First of all, it smells like an XY problem to me, because it looks like you are trying to treat processes like mutable objects which represent rows in database. I may be wrong about it, but I am not in the context, so… It would be nice if you could provide more information about the original problem you’re solving with these processes which save their state to database.
Your solution with Registry is async (client calls GenServer, GenServer updates state and replies, client receives reply, state saved to the database). I don’t know if that is just a limitation of your approach or if it is really okay to silently lose some data in case of server failing right before saving to the database.
It is a tricky thing to implement correctly. For example, you need to mark dirty process as clean in the Registry once it was saved. If you do it in a persistence worker, you can have dataraces. If you do it in the entity process during the call when persistence worker asks it for it’s state, you can end up in a situation where entity process marked itself as a clean one, but then persistence worker crashed and this entity is now marked as clean, but it was never saved.
Then, you’d need to order the processes in the Registry and keep a cursor, to avoid a situation where persistence worker can’t get to save state of some entities, because the state of just saved entities has changed while persistence worker was saving it and this persistence worker picks recently saved entities again.
I propose a solution which can be sync, with batching and without a bottleneck
You have a GenServer which does this:
defmodule Entity do
def init(some_state) do
{:ok, %{state: some_state, reply_to: []}}
end
def handle_call({:update_state, update_func}, from, %{state: state, reply_to: reply_to}) do
new_state = update_func.(state)
{:noreply, %{state: new_state, reply_to: [from | reply_to]}, 0} # This 0 is important
end
def handle_info(:timeout, %{state: state, reply_to: reply_to}) do
PersistenceServer.save(state)
for x <- reply_to, do: GenServer.reply(reply_to, :ok)

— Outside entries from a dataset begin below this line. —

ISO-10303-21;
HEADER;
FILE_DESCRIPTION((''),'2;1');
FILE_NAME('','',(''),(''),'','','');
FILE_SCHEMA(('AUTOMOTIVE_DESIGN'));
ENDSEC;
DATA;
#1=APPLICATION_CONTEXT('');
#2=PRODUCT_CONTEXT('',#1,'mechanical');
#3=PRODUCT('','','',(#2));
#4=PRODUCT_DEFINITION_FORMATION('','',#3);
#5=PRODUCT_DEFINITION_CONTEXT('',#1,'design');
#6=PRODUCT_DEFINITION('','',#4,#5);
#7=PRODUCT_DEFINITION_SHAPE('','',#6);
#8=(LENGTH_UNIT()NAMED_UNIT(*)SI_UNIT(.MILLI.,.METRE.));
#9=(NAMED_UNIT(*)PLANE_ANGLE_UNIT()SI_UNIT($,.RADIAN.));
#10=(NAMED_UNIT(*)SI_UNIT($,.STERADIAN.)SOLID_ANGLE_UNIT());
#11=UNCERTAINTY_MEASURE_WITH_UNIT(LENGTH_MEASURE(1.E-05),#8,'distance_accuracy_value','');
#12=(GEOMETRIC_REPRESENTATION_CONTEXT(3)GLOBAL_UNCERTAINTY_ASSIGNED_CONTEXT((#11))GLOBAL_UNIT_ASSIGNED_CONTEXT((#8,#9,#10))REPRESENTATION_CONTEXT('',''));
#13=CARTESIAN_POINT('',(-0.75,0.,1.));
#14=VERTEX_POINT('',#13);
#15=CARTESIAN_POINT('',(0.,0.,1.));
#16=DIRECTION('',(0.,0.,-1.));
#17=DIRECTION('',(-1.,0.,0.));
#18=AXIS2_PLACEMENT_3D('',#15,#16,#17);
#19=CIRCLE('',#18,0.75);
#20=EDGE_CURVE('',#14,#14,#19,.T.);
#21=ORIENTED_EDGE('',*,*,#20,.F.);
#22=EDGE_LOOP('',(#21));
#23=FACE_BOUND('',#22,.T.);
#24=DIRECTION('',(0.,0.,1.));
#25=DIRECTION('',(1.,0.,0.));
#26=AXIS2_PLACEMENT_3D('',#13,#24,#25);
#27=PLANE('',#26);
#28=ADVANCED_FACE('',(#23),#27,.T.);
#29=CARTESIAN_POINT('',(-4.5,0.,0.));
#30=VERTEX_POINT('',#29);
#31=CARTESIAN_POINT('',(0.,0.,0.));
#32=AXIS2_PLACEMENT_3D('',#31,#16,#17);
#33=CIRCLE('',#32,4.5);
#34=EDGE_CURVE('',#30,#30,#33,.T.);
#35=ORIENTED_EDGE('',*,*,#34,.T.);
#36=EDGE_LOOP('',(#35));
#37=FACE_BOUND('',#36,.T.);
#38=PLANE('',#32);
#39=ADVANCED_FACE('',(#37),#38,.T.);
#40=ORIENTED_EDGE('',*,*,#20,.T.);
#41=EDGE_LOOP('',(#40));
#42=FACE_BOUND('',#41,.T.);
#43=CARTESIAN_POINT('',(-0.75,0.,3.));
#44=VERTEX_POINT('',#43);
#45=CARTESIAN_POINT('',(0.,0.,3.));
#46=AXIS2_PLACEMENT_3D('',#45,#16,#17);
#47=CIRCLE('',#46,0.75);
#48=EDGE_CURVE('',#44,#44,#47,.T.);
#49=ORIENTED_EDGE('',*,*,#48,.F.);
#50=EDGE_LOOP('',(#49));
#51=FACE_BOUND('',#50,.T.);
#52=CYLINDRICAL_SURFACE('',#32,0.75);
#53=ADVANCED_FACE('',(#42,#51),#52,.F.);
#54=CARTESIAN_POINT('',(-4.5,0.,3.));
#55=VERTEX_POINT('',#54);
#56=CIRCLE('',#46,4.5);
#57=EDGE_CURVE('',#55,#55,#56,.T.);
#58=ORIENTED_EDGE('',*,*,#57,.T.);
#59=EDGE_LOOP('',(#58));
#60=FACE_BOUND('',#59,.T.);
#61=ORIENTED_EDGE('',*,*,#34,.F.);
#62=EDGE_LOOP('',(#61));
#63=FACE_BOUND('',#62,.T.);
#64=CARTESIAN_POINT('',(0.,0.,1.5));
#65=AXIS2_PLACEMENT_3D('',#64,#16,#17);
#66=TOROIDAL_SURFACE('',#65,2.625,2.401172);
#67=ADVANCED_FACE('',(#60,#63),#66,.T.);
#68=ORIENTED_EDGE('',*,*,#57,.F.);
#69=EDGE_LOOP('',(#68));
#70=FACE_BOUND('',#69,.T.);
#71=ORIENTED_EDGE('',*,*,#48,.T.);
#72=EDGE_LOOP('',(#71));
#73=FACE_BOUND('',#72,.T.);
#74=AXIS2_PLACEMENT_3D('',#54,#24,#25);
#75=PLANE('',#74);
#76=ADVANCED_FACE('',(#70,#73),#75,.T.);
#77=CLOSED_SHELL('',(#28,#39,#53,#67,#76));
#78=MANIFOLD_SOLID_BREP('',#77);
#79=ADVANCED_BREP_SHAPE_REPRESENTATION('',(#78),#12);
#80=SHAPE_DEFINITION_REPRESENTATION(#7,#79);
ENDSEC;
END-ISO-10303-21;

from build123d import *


with BuildPart() as part:
    # Эскиз1 → Повернуть2 (revolve)
    with BuildSketch(Plane(origin=(0, 0, 0), x_dir=(1, 0, 0), z_dir=(0, 1, 0))):
        with BuildLine():
            Line((-4.5, -3), (-0.75, -3))
            Line((-0.75, -3), (-0.75, -1))
            Line((-0.75, -1), (0, -1))
            Line((0, -1), (0, 0))
            Line((0, 0), (-4.5, 0))
            ThreePointArc((-4.5, 0), (-5.026171589, -1.5), (-4.5, -3))
        make_face()
    revolve(axis=Axis((0, 0, 0), (0, 0, 1)))


solid = part.part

{:noreply, %{state: state, reply_to: []}}
end
end
And PersistenceServer should do the same pattern with 0 timeout in handle_call return
defmodule PersistenceServer do
def init(some_state) do
{:ok, %{batch: batch, reply_to: []}}
end
def handle_call({:save, state}, from, %{batch: batch, reply_to: reply_to}) do
{:noreply, %{batch: [state | batch], reply_to: [from | reply_to]}, 0} # Again, this 0 is important
end
def handle_info(:timeout, %{batch: batch, reply_to: reply_to}) do
Repo.insert!(batch)
for x <- reply_to, do: GenServer.reply(reply_to, :ok)

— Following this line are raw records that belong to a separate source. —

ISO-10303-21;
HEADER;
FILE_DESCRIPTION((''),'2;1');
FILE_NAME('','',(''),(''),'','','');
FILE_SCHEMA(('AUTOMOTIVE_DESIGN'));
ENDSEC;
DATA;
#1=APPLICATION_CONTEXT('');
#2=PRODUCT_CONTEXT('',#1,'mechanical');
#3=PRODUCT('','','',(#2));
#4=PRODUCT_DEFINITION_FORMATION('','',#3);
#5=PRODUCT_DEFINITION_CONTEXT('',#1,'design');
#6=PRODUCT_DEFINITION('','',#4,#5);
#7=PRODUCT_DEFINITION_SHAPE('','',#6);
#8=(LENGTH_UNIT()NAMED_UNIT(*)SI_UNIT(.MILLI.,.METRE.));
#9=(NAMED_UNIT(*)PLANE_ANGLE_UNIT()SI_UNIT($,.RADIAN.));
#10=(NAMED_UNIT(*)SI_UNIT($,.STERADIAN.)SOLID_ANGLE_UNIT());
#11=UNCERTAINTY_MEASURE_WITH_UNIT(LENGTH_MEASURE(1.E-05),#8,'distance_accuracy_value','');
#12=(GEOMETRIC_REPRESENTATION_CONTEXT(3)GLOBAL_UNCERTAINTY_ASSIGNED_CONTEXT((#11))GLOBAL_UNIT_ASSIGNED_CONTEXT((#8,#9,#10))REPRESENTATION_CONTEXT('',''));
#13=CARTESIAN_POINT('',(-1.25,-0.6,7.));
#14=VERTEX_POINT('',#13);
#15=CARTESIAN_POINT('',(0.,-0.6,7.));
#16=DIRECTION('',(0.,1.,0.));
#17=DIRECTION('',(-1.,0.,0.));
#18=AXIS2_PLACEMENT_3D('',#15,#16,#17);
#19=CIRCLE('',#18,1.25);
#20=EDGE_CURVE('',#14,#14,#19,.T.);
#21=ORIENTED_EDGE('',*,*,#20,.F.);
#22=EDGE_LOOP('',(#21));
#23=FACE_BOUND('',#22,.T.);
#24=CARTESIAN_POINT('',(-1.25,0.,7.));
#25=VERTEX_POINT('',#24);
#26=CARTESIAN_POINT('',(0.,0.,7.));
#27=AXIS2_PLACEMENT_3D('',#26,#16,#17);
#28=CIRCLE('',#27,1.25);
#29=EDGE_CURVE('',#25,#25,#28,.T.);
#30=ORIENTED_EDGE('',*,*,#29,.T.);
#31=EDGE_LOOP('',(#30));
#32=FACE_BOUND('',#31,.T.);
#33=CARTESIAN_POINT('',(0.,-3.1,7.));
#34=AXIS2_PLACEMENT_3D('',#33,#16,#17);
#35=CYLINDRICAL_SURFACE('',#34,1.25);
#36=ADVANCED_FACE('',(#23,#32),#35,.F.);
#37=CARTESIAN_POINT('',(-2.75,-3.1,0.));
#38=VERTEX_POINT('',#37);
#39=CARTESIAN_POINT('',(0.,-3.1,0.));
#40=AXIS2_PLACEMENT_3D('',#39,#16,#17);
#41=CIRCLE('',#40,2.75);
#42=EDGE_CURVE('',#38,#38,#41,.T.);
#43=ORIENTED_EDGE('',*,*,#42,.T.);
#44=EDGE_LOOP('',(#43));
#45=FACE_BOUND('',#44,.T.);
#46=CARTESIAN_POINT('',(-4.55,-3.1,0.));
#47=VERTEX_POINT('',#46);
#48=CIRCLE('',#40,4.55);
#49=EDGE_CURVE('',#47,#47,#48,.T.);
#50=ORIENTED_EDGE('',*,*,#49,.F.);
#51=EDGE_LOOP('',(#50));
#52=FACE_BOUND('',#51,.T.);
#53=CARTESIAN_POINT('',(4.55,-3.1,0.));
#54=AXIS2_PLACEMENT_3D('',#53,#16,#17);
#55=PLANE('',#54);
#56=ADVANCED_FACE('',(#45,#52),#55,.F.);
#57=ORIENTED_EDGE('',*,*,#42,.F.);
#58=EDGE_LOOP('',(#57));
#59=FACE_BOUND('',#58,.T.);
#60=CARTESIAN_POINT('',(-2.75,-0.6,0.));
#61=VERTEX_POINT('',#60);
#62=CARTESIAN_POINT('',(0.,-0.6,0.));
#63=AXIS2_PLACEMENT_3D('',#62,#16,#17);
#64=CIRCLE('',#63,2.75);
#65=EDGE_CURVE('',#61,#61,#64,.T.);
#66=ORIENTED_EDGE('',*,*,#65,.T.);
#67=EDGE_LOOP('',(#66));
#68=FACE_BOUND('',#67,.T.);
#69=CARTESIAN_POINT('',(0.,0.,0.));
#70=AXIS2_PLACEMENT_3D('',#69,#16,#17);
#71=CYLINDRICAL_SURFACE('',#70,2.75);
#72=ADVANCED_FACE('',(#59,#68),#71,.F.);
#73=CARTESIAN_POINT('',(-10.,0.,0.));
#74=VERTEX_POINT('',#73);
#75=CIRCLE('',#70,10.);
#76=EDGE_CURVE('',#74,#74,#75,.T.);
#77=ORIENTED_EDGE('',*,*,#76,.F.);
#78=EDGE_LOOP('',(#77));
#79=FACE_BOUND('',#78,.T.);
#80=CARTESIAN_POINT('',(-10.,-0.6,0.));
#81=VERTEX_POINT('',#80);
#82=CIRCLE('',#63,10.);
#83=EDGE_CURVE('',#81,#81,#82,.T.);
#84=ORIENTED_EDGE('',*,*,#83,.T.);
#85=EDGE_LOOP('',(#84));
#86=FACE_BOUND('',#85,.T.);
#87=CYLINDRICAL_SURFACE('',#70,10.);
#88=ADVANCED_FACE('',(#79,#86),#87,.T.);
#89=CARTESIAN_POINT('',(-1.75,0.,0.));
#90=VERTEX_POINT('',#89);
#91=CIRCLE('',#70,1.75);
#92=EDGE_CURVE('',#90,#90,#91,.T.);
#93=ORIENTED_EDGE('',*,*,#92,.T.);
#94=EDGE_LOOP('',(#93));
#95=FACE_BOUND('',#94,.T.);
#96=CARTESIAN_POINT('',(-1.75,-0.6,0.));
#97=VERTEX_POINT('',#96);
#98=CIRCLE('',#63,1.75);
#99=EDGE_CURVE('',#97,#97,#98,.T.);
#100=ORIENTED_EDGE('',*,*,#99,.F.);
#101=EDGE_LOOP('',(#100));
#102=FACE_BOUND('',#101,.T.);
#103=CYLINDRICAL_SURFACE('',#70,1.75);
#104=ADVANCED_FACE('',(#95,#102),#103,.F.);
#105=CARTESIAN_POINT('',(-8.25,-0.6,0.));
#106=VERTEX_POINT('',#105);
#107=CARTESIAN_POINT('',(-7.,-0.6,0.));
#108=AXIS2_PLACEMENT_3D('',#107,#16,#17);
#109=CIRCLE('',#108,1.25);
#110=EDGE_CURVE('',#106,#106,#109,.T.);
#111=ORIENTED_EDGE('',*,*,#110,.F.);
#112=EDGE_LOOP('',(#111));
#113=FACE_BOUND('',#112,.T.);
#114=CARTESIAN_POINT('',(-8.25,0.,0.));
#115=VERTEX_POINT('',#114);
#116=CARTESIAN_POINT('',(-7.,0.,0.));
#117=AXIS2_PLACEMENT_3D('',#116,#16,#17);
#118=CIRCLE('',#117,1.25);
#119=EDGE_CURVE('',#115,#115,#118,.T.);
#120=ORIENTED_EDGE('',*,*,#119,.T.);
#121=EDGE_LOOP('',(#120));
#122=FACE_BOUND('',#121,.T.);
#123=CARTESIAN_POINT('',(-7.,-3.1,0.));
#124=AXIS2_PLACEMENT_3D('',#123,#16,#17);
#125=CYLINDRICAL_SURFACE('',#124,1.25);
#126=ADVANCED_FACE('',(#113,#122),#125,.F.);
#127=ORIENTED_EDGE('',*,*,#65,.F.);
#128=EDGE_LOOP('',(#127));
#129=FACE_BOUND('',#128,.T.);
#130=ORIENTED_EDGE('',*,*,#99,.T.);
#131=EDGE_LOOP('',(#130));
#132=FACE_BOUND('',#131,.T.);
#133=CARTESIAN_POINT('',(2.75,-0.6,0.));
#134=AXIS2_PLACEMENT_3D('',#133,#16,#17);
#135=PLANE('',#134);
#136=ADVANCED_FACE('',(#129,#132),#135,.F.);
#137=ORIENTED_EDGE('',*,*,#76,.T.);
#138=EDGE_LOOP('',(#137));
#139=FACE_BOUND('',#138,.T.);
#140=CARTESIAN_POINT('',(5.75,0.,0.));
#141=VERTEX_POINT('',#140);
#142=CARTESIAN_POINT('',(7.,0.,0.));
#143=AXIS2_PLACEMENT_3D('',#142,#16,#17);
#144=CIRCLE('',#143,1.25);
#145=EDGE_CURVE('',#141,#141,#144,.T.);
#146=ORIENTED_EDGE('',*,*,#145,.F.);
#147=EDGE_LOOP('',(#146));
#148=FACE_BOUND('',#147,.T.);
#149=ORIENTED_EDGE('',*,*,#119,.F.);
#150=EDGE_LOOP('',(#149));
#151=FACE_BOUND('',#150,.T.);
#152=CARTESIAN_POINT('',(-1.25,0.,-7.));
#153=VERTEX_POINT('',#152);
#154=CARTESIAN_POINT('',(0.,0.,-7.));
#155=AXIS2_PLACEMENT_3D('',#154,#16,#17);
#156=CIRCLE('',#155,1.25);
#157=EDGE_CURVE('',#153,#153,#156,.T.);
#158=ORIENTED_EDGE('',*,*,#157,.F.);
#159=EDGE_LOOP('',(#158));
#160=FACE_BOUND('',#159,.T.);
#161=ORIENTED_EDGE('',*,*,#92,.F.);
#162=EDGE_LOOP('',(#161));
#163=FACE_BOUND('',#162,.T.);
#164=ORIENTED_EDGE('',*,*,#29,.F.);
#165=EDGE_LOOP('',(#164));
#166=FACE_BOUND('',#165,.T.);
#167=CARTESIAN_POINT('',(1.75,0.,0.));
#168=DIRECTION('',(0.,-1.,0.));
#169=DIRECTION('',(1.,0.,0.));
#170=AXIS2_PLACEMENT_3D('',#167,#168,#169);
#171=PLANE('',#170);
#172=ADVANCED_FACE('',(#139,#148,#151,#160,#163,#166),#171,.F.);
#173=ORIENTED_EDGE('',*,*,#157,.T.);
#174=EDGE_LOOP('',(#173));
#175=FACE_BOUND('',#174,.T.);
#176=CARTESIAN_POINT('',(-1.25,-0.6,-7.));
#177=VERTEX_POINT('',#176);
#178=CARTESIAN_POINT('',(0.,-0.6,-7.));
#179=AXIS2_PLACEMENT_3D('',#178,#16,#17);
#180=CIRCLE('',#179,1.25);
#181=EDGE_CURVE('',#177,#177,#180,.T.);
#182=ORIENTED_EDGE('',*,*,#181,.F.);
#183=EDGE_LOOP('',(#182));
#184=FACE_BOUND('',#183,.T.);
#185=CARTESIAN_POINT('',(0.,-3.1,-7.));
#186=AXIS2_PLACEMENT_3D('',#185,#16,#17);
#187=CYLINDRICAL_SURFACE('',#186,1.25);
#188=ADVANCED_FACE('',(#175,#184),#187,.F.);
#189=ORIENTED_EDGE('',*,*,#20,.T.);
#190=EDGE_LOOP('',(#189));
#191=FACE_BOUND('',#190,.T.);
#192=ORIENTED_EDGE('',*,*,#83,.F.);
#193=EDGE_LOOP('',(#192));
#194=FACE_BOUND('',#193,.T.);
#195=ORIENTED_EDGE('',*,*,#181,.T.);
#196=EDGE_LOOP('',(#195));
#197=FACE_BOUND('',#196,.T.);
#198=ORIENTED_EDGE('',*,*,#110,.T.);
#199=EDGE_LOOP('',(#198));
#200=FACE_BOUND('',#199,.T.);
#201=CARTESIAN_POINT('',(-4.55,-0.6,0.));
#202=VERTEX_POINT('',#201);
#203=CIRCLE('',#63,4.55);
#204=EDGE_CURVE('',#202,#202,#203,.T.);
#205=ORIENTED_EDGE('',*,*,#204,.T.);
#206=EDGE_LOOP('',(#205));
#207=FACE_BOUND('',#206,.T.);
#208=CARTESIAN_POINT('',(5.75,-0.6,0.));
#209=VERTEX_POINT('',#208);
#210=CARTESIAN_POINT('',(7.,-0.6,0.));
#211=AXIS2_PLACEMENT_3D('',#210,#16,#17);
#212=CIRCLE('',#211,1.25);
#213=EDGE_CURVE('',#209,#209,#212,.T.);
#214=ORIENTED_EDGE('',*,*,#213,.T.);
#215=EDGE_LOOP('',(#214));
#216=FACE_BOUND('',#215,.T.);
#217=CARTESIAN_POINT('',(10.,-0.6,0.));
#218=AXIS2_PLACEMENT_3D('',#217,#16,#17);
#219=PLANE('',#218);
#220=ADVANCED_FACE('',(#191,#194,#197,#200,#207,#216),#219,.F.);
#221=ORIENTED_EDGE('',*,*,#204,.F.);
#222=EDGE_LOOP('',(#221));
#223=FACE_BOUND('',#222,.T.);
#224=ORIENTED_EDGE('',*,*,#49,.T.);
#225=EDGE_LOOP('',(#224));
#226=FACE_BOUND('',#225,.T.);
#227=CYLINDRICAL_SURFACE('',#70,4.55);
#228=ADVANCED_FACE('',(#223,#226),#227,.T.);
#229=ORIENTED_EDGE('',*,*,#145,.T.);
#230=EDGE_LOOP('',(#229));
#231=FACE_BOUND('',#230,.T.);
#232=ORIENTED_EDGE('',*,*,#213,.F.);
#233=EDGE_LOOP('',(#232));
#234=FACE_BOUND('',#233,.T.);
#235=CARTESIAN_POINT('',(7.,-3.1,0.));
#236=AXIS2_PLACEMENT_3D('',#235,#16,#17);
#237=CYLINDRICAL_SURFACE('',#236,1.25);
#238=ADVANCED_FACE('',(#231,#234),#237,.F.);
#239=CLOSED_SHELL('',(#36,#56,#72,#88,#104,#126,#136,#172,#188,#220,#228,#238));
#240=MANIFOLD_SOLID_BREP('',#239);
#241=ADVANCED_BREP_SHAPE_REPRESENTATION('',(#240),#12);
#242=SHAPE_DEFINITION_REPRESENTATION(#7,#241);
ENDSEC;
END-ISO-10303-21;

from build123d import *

# Parameters (mm, degrees)
SKETCH3_R          = 1.25
CUT_EXTRUDE1_DEPTH = 15.477914214


with BuildPart() as part:
    # Sketch2 → Revolve1 (revolve)
    with BuildSketch(Plane.XY, mode=Mode.PRIVATE) as revolve1_sk:
        Polygon((1.75, 0), (10, 0), (10, -0.6), (4.55, -0.6), (4.55, -3.1), (2.75, -3.1), (2.75, -0.6), (1.75, -0.6), align=None)
    revolve(revolve1_sk.sketch.rotate(Axis((0, 0, 0), (0, -1, 0)), 180), axis=Axis((0, 0, 0), (0, -1, 0)))

    # Sketch3 → Cut-Extrude1 (cut, through all)
    with BuildSketch(Plane(origin=(0, 0, 0), x_dir=(1, 0, 0), z_dir=(0, 1, 0))):
        with Locations(Location((0, 7, 0), (0, 0, 180))):
            Circle(SKETCH3_R)
        with Locations(Location((7, 0, 0), (0, 0, 180))):
            Circle(SKETCH3_R)
        with Locations(Location((0, -7, 0), (0, 0, 180))):
            Circle(SKETCH3_R)
        with Locations(Location((-7, 0, 0), (0, 0, 180))):
            Circle(SKETCH3_R)
    extrude(amount=-CUT_EXTRUDE1_DEPTH, mode=Mode.SUBTRACT)


solid = part.part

{:noreply, %{batch: [], reply_to: []}}
end
end
This way you have both sync updates and batching.
Is PersistenceServer a bottleneck here? It is not, but let’s check out the possible scenarios to make sure. Let’s say we can save to database N states per second and all Entity processes receive M updates per second in total. If N > M, then it’s obvious there is no bottleneck. But what happens if M > N? Well, then there will be backpressure. While PersistenceServer is still processing the batch, every call to it will just be waiting for it to save the batch, including calls from Entity processes. And that means that those processes which are calling the Entity.update_state will be blocked too. But once PersistenceServer inserts the batch, all the pending updates will be reduced (because with use this {:noreply, ..., 0} pattern) and PersistenceServer will receive the full batch, which would unblock all callers to the Entity processes.